The value here that your application could care less about the responsibility of pushing data, and lots of it to some remote location, dealing with the correctness, and security of the transfer.

You would only need to deliver the data locally.  The federated repsitory is then responsible to move the information to where it needs to go.  It has to make sure it can make multiple calls if that is needed, make sure the transfer is accurate, make sure it happened securely, make sure it all completes successfully. 

– you on the other hand could care less about all of that from the perspective of the application… thats not your problem, you just wanted to get data into the repository.

I am going to go dig around the GLOBUS area and see if any new goodies are available.  If you haven't checked out GLOBUS then you should.  It is cool.

rdanner
Champ in-the-making
Champ in-the-making
Is there a builtin mechanism to Alfresco that has it monitor local directories for modifications?  Or would I have to modify Alfresco's source?
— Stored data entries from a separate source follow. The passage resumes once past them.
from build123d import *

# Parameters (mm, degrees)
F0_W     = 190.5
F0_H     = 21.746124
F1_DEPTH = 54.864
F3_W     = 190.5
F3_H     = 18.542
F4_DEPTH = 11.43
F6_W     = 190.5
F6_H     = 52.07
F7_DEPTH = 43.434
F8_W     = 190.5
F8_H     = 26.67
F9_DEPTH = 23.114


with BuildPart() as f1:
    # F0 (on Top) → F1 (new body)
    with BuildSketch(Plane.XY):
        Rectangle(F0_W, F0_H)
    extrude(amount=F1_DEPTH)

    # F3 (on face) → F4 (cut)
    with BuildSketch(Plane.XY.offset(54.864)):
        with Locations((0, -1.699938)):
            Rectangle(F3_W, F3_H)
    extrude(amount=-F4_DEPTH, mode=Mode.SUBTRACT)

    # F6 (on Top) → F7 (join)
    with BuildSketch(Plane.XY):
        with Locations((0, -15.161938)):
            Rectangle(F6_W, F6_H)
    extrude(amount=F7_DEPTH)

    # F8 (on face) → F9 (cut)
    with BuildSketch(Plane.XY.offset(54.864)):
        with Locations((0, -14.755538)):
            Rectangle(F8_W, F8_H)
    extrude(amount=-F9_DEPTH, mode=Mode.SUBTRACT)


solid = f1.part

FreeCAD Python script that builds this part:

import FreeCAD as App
import Part
import Sketcher

V = App.Vector
Q = App.Units.Quantity


def add_polygon(sketch, points):
    """Adds a closed chain of lines whose ends are joined by coincident constraints."""
    first, n = sketch.GeometryCount, len(points)
    for a, b in zip(points, points[1:] + points[:1]):
        sketch.addGeometry(Part.LineSegment(App.Vector(*a, 0), App.Vector(*b, 0)), False)
    for i in range(n):
        sketch.addConstraint(Sketcher.Constraint("Coincident", first + i, 2, first + (i + 1) % n, 1))

doc = App.newDocument("Part")
body = doc.addObject("PartDesign::Body", "Body")

# Sketch on XY plane
sketch1 = body.newObject("Sketcher::SketchObject", "Sketch")
sketch1.AttachmentSupport = (doc.getObject("XY_Plane"), [""])
sketch1.MapMode = "FlatFace"
add_polygon(sketch1, [(-95, 11), (-95, -11), (95, -11), (95, 11)])  # lines 0-3
sketch1.addConstraint([
    Sketcher.Constraint("Vertical", 0),
    Sketcher.Constraint("Horizontal", 1),
    Sketcher.Constraint("Vertical", 2),
    Sketcher.Constraint("Horizontal", 3),
    Sketcher.Constraint("Symmetric", 0, 2, 2, 2, -1, 1),
    Sketcher.Constraint("DistanceX", 1, 1, 1, 2, Q("7.5 in")),
    Sketcher.Constraint("DistanceY", 0, 2, 0, 1, Q("21.746124 mm")),
])
pad1 = body.newObject("PartDesign::Pad", "Pad")
pad1.Profile = sketch1
pad1.Length = Q("2.16 in")

# Sketch on XY plane
sketch2 = body.newObject("Sketcher::SketchObject", "Sketch001")
sketch2.AttachmentSupport = (doc.getObject("XY_Plane"), [""])
sketch2.MapMode = "FlatFace"
sketch2.AttachmentOffset = App.Placement(V(0, 0, 2.16 * 25.4), App.Rotation())
add_polygon(sketch2, [(-95, 8), (-95, -11), (95, -11), (95, 8)])  # lines 0-3
sketch2.addConstraint([
    Sketcher.Constraint("Vertical", 0),
    Sketcher.Constraint("Horizontal", 1),
    Sketcher.Constraint("Vertical", 2),
    Sketcher.Constraint("Horizontal", 3),
    Sketcher.Constraint("DistanceX", 1, 1, 1, 2, Q("7.5 in")),
    Sketcher.Constraint("DistanceY", 0, 2, 0, 1, Q("0.73 in")),
    Sketcher.Constraint("DistanceX", 0, 2, -1, 1, Q("3.75 in")),
    Sketcher.Constraint("DistanceY", 0, 2, -1, 1, Q("10.970938 mm")),
])
pocket1 = body.newObject("PartDesign::Pocket", "Pocket")
pocket1.Profile = sketch2
pocket1.Length = Q("0.45 in")

# Sketch on XY plane
sketch3 = body.newObject("Sketcher::SketchObject", "Sketch002")
sketch3.AttachmentSupport = (doc.getObject("XY_Plane"), [""])
sketch3.MapMode = "FlatFace"
add_polygon(sketch3, [(-95, 11), (-95, -41), (95, -41), (95, 11)])  # lines 0-3
sketch3.addConstraint([
    Sketcher.Constraint("Vertical", 0),
    Sketcher.Constraint("Horizontal", 1),
    Sketcher.Constraint("Vertical", 2),
    Sketcher.Constraint("Horizontal", 3),
    Sketcher.Constraint("DistanceX", 1, 1, 1, 2, Q("7.5 in")),
    Sketcher.Constraint("DistanceY", 0, 2, 0, 1, Q("2.05 in")),
    Sketcher.Constraint("DistanceX", 0, 2, -1, 1, Q("3.75 in")),
    Sketcher.Constraint("DistanceY", 0, 2, -1, 1, Q("41.196938 mm")),
])
pad2 = body.newObject("PartDesign::Pad", "Pad001")
pad2.Profile = sketch3
pad2.Length = Q("1.71 in")

# Sketch on XY plane
sketch4 = body.newObject("Sketcher::SketchObject", "Sketch003")
sketch4.AttachmentSupport = (doc.getObject("XY_Plane"), [""])
sketch4.MapMode = "FlatFace"
sketch4.AttachmentOffset = App.Placement(V(0, 0, 2.16 * 25.4), App.Rotation())
add_polygon(sketch4, [(-95, -1), (-95, -28), (95, -28), (95, -1)])  # lines 0-3
sketch4.addConstraint([
    Sketcher.Constraint("Vertical", 0),
    Sketcher.Constraint("Horizontal", 1),
    Sketcher.Constraint("Vertical", 2),
    Sketcher.Constraint("Horizontal", 3),
    Sketcher.Constraint("DistanceX", 1, 1, 1, 2, Q("7.5 in")),
    Sketcher.Constraint("DistanceY", 0, 2, 0, 1, Q("1.05 in")),
    Sketcher.Constraint("DistanceX", 0, 2, -1, 1, Q("3.75 in")),
    Sketcher.Constraint("DistanceY", 2, 2, -1, 1, Q("1.420538 mm")),
])
pocket2 = body.newObject("PartDesign::Pocket", "Pocket001")
pocket2.Profile = sketch4
pocket2.Length = Q("0.91 in")

doc.recompute()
I almost missed this post.  Glad I caught it.  I have a similar need so it seems.  I have to integrate a publishing system (we are soon to pick to vendor) Each only support a "hot folder" machism for integration.  Hot folder is where they can pick up or drop off files (and an xml ticket) in a folder on some periodic basis.  I dont really care for the solution of course as it has more then a handful of problems but it is simple. 

This question also relates to my comments I made about VLF (very large files). 

I have already added this to the community roadmap wish list (http://wiki.alfresco.com/wiki/Community_Roadmap_Suggestions) at the following wiki page http://wiki.alfresco.com/wiki/Hot_Folders

What would be really helpful is if you an I and any other people who need hot folders could start to put definition around this on the wiki.

What are our requirements? 

For example do we need the file to be picked up immediately?  Because that will have an impact on our approach.  Our approach would take into account that differnt people have differnt needs and assumptions.  For example we could have a plugable strategy for detecting files in the hot folder.

We could plug in a simple java based polling mechansim.

We could plug in a scheduled pickup mechansim

We might need to have plugable libraries that allow us to register for OS filesystem events that can pick up the file the minute they show up or the minute the are closed by the sender. 

WIN32 offers a WaitForChangeNotification mechansim  (http://msdn.microsoft.com/library/default.asp?url=/library/en-us/wcedata5/html/wce50lrfFindFirstChan...)

Linux offers offers dnotify which has been replaced by inotify (http://stefan.buettcher.org/cs/fschange/index.html)

We might have all kinds of requirements such as sending metadata along with the file or passing processing instructions to the inbound repository.

We might need to drop off file requests:  E.g. I am here for such and such a file, drop the file in this folder so I can take it away.

Some of us will have security concerns, authentication, authorization, auditing, and administration needs.



The next step is to start and collect these needs.  Then we can work with alfresco and the community to get the work on the roadmap and out the door.